# Browser Source Volume Controls



## LaCunaThomas (Sep 7, 2018)

Is it currently possible for Browser Sources to have volume controls? If so, that would be awesome.

During my research into this I saw older threads that said that there were limitations in CEF preventing things like this from happening, but I was wondering if anything has changed recently. 

Thanks in advance!


----------



## Osiris (Sep 7, 2018)

This is not possible unfortunately.


----------



## tospapa91 (Mar 15, 2019)

Osiris said:


> This is not possible unfortunately.


2019 and I'm being optimistic - any update that has made this possible yet?


----------



## dodgepong (Mar 15, 2019)

Funny you should ask, because yes, CEF recently (within the past week) merged some code that allows OBS to capture audio streams. There's already a pull request up for this feature (https://github.com/obsproject/obs-browser/pull/157) but there are some challenges that still need to be overcome first.

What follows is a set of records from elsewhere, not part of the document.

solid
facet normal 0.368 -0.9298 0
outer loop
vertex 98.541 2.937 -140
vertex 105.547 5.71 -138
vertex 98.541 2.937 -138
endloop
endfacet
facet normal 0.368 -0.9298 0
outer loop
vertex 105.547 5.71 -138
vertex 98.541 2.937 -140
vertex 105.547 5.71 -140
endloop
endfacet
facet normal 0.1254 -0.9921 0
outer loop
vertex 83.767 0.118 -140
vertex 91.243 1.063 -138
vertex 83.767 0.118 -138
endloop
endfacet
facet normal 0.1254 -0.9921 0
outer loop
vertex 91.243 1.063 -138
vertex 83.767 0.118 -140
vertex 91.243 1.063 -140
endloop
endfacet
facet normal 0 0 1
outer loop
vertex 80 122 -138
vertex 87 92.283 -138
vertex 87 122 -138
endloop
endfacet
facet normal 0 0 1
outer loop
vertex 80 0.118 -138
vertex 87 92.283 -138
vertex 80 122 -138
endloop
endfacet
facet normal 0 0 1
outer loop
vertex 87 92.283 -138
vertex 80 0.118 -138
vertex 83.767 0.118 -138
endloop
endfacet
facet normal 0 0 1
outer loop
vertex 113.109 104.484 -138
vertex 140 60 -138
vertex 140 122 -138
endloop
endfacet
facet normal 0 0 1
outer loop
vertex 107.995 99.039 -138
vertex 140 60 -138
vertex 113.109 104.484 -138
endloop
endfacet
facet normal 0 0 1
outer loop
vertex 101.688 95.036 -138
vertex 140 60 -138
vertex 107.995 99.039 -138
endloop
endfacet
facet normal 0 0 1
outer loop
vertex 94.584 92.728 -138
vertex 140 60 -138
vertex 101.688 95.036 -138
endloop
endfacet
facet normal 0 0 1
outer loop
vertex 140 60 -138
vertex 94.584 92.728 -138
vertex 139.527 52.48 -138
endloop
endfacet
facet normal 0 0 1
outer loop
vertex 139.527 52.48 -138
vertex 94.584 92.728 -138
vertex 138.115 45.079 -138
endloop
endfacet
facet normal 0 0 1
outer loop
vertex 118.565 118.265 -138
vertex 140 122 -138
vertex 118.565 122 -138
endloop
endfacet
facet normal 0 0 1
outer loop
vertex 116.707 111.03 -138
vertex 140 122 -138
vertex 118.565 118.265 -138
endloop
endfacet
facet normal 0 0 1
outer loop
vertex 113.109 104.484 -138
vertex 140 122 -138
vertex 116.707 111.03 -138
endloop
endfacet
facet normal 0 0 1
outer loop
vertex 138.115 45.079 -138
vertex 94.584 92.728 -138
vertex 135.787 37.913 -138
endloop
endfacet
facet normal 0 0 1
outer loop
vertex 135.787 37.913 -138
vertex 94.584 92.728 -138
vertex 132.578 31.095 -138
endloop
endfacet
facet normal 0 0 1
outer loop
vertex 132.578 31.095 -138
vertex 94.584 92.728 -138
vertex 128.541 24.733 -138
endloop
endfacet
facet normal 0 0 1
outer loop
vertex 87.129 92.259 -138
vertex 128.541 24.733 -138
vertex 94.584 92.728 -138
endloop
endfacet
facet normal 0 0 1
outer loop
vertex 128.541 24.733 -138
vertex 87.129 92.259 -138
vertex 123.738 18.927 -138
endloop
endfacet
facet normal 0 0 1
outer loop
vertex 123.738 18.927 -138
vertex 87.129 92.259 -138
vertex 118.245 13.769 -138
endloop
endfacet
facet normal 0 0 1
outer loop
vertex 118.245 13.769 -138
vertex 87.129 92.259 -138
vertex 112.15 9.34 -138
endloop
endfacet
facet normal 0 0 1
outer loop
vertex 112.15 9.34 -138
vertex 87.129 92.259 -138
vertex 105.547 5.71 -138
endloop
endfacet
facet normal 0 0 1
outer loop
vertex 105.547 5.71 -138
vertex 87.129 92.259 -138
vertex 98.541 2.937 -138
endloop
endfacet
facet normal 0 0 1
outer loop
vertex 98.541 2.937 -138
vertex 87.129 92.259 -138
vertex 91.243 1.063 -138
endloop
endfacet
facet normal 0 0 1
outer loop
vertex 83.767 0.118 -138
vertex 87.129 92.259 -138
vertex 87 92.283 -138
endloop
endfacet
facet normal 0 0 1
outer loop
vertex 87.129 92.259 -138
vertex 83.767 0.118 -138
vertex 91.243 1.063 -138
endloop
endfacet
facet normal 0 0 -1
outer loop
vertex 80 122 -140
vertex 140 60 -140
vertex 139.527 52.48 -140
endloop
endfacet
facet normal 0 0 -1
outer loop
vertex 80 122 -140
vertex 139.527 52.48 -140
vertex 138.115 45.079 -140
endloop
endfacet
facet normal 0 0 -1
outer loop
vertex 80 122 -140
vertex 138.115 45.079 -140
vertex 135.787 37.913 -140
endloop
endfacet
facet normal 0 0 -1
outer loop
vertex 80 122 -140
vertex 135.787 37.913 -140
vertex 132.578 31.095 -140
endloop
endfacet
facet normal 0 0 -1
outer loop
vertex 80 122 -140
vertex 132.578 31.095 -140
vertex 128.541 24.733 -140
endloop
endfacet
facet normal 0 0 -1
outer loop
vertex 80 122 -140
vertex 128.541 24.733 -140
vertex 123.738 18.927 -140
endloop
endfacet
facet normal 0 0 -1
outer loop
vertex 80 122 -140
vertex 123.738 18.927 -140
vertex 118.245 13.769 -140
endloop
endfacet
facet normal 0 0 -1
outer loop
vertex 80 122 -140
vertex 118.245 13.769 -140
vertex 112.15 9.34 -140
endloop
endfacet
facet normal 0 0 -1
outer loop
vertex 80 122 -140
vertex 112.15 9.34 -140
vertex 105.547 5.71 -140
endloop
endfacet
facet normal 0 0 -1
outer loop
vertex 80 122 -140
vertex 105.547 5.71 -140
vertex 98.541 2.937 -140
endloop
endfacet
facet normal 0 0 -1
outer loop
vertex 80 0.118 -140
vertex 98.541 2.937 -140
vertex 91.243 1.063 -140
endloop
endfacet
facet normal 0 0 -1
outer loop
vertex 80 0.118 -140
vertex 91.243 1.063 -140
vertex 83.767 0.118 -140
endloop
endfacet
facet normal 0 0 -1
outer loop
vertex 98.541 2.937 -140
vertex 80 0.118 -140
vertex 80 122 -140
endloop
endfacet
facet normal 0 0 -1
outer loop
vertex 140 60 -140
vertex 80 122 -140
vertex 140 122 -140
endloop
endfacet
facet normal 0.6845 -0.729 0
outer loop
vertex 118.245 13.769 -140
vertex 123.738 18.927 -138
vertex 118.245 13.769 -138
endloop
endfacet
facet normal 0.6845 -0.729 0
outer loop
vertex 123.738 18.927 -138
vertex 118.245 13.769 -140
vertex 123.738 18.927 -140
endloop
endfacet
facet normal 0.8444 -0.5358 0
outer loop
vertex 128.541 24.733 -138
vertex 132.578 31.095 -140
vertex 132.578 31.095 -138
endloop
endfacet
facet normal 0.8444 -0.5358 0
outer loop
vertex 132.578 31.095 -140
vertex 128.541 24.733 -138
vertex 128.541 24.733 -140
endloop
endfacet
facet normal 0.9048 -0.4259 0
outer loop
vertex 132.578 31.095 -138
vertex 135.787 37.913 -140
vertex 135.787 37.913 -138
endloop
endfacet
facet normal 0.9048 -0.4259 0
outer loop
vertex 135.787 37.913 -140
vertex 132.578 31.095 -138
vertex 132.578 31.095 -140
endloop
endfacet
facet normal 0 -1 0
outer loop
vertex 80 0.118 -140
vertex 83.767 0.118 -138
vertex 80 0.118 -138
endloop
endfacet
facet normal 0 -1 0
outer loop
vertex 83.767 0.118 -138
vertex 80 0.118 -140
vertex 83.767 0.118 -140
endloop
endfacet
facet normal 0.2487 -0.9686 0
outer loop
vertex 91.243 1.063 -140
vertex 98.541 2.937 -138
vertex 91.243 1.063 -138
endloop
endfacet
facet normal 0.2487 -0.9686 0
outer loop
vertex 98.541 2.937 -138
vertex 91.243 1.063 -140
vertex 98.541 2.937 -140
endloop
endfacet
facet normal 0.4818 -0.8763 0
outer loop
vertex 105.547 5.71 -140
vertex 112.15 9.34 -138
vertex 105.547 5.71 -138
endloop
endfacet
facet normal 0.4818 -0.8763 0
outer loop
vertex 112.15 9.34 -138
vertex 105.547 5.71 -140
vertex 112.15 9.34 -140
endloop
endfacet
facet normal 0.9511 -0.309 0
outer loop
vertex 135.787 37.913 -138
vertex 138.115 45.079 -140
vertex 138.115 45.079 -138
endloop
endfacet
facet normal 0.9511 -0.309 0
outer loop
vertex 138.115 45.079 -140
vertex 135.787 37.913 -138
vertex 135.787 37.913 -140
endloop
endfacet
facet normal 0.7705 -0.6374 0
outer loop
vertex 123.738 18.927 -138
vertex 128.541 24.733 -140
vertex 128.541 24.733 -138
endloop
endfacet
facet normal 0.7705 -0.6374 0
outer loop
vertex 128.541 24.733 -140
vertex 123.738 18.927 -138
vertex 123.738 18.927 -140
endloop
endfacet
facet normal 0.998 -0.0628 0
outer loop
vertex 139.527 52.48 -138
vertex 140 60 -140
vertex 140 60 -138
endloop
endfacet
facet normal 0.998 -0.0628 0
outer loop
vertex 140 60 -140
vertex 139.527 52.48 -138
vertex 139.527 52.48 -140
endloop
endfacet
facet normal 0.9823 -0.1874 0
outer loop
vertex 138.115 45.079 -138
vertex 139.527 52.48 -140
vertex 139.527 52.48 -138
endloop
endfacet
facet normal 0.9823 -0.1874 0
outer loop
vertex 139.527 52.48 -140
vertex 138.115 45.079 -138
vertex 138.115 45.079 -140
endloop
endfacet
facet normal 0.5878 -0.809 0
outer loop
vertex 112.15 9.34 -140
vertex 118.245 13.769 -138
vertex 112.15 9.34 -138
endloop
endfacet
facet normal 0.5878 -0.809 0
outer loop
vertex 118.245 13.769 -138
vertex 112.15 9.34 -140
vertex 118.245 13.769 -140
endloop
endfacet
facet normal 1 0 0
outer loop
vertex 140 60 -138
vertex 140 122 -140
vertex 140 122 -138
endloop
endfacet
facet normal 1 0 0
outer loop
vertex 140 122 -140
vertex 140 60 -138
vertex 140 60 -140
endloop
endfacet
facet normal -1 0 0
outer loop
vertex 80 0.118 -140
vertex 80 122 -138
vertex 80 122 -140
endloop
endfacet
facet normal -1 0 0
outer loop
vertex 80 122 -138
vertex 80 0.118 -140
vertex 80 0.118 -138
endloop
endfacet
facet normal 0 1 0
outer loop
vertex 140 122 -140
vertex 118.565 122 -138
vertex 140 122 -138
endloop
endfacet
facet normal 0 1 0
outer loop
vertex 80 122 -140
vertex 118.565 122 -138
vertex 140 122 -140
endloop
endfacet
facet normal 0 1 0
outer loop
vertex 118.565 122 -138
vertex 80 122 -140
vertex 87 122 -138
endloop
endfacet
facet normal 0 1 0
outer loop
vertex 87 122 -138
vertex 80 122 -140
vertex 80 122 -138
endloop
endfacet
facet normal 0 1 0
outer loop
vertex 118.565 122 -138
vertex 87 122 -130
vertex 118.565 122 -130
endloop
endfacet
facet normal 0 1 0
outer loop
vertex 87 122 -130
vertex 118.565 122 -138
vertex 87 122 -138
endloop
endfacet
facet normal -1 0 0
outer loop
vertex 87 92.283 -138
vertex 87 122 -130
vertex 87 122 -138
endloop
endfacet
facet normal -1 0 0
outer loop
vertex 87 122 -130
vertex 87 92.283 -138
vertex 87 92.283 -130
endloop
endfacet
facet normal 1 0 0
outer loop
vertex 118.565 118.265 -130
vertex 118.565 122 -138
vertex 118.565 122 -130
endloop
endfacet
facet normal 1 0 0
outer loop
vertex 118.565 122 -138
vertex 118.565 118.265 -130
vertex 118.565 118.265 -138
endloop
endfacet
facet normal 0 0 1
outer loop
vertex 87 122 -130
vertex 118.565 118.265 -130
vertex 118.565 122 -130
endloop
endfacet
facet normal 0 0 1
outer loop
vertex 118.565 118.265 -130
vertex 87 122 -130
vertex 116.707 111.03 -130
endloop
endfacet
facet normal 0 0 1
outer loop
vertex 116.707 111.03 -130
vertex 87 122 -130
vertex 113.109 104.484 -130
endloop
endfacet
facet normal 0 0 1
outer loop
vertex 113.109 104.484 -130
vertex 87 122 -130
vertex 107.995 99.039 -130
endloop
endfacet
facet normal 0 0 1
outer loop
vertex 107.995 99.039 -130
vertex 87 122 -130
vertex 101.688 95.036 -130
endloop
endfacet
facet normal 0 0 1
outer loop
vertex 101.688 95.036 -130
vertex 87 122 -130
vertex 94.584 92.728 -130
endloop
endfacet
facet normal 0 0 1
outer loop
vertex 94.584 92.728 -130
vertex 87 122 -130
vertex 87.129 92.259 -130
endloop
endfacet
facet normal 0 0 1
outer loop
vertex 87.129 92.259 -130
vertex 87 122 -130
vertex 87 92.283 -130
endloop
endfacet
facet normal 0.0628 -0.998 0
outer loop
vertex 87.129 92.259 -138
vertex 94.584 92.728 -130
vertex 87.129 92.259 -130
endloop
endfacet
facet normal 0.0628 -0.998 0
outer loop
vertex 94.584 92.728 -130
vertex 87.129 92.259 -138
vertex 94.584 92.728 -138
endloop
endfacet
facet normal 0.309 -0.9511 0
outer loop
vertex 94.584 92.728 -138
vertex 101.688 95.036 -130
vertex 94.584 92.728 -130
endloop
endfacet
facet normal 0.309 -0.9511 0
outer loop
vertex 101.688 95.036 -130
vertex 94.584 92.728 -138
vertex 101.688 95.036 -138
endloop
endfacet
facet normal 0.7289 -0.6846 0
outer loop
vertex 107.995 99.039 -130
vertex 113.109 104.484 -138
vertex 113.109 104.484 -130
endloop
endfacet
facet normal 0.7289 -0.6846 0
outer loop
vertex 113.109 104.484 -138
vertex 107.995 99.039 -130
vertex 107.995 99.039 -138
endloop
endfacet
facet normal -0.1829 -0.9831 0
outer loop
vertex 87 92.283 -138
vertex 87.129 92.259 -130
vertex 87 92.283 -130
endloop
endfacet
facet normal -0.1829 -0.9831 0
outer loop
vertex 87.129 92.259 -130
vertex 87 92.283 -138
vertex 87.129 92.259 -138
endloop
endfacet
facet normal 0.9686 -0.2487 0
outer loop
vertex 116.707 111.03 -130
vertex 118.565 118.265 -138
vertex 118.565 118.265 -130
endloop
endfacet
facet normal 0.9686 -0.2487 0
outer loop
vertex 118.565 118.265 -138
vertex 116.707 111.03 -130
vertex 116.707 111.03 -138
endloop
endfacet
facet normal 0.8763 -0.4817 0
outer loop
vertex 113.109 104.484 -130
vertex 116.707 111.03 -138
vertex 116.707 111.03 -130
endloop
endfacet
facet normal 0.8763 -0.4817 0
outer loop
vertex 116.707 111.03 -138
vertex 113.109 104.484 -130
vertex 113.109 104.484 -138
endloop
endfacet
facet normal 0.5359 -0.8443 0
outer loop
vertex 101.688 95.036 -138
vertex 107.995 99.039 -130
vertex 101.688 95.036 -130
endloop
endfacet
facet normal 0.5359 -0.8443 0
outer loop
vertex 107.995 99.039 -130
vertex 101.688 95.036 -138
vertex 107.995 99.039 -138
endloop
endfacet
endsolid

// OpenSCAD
rotate(a=90,v=[0,1,0]) {
difference() {
    union() {
        translate([138,60,80])
        rotate(a=90,v=[0,1,0]) {
            cylinder(r=60,h=2,$fn=50); // front
        }
        translate([138,60,80])
        cube([2,65,60]);  // front2
    }
    
    union() {
        translate([20,0,20])
        cube([195,260,60]); // inside bottom
        
        translate([20,10,60])
        cube([113,130,27]); // inside printer
        translate([20,140,60])
        cube([195,130,61]); // inside lcd
        
        translate([45,266,20])
        cube([145,25,101]); // inside back lid
        translate([45,266,10])
        cube([145,10,11]);  // inside bottom lid
        
        translate([140,-1,-1])
        cube([96,292,142]);
        translate([-1,122,-1])
        cube([141,169,142]);
        
        translate([125,10,60])
        cube([9,131,27]);   // 133+7,10+130,60+27
        
        translate([135,50,6.9])
        cube([6,20,6.2]);    // in
    }
}

difference() {
    union() {
        translate([130,122,89])
        rotate(a=90,v=[0,1,0]) {
            cylinder(r=29.8,h=9,$fn=25);
        }
    }
    
    union() {
        translate([20,10,20])
        cube([195,260,40]); // inside bottom
        
        translate([20,10,60])
        cube([113,130,27]); // inside printer
        translate([20,140,60])
        cube([195,130,61]); // inside lcd
        
        translate([45,266,20])
        cube([145,25,101]); // inside back lid
        translate([45,266,10])
        cube([145,10,11]);  // inside bottom lid
        
        translate([140,-1,-1])
        cube([96,292,142]);
        translate([-1,122,-1])
        cube([141,169,142]);
        
        translate([132,10,60])
        cube([9,131,27]);   // 133+7,10+130,60+27
        
        translate([135,50,6.9])
        cube([6,20,6.2]);    // in
    }
}
}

Rest assured that this is something we have been paying very close attention to.


----------



## GeekGarage (Mar 16, 2019)

as a side question to this, instead of creating a whole new suggestion, does this update support choosing what audio output device we want to use? But the volume thing would be nice


----------



## dodgepong (Mar 18, 2019)

With the PR, the browser source would be routed to OBS itself, like a media source or capture card. Then you could monitor it with whatever device you want to set as your monitor out.


----------



## SimilarSquid (May 18, 2019)

Hope there will be a Update soon that allowowes you to change the Volume and stuff from Browser Sources! I think it would help a lot of people!


----------



## GridMonkey (Jun 12, 2019)

Very much agree, this is one of those things that cause headaches all around, if you use an alert system for tips ect  they route to the same audio device as the game in most use cases of single computer streaming. not being able to separate those two "tracks" can lead to super loud alerts when games are quiet or the opposite if games are loud. Fingers crossed


----------



## Jahchap (Dec 8, 2019)

From version 24.0, you can now do so. Just be sure to check "Control Audio via OBS" in the browser source's properties.


----------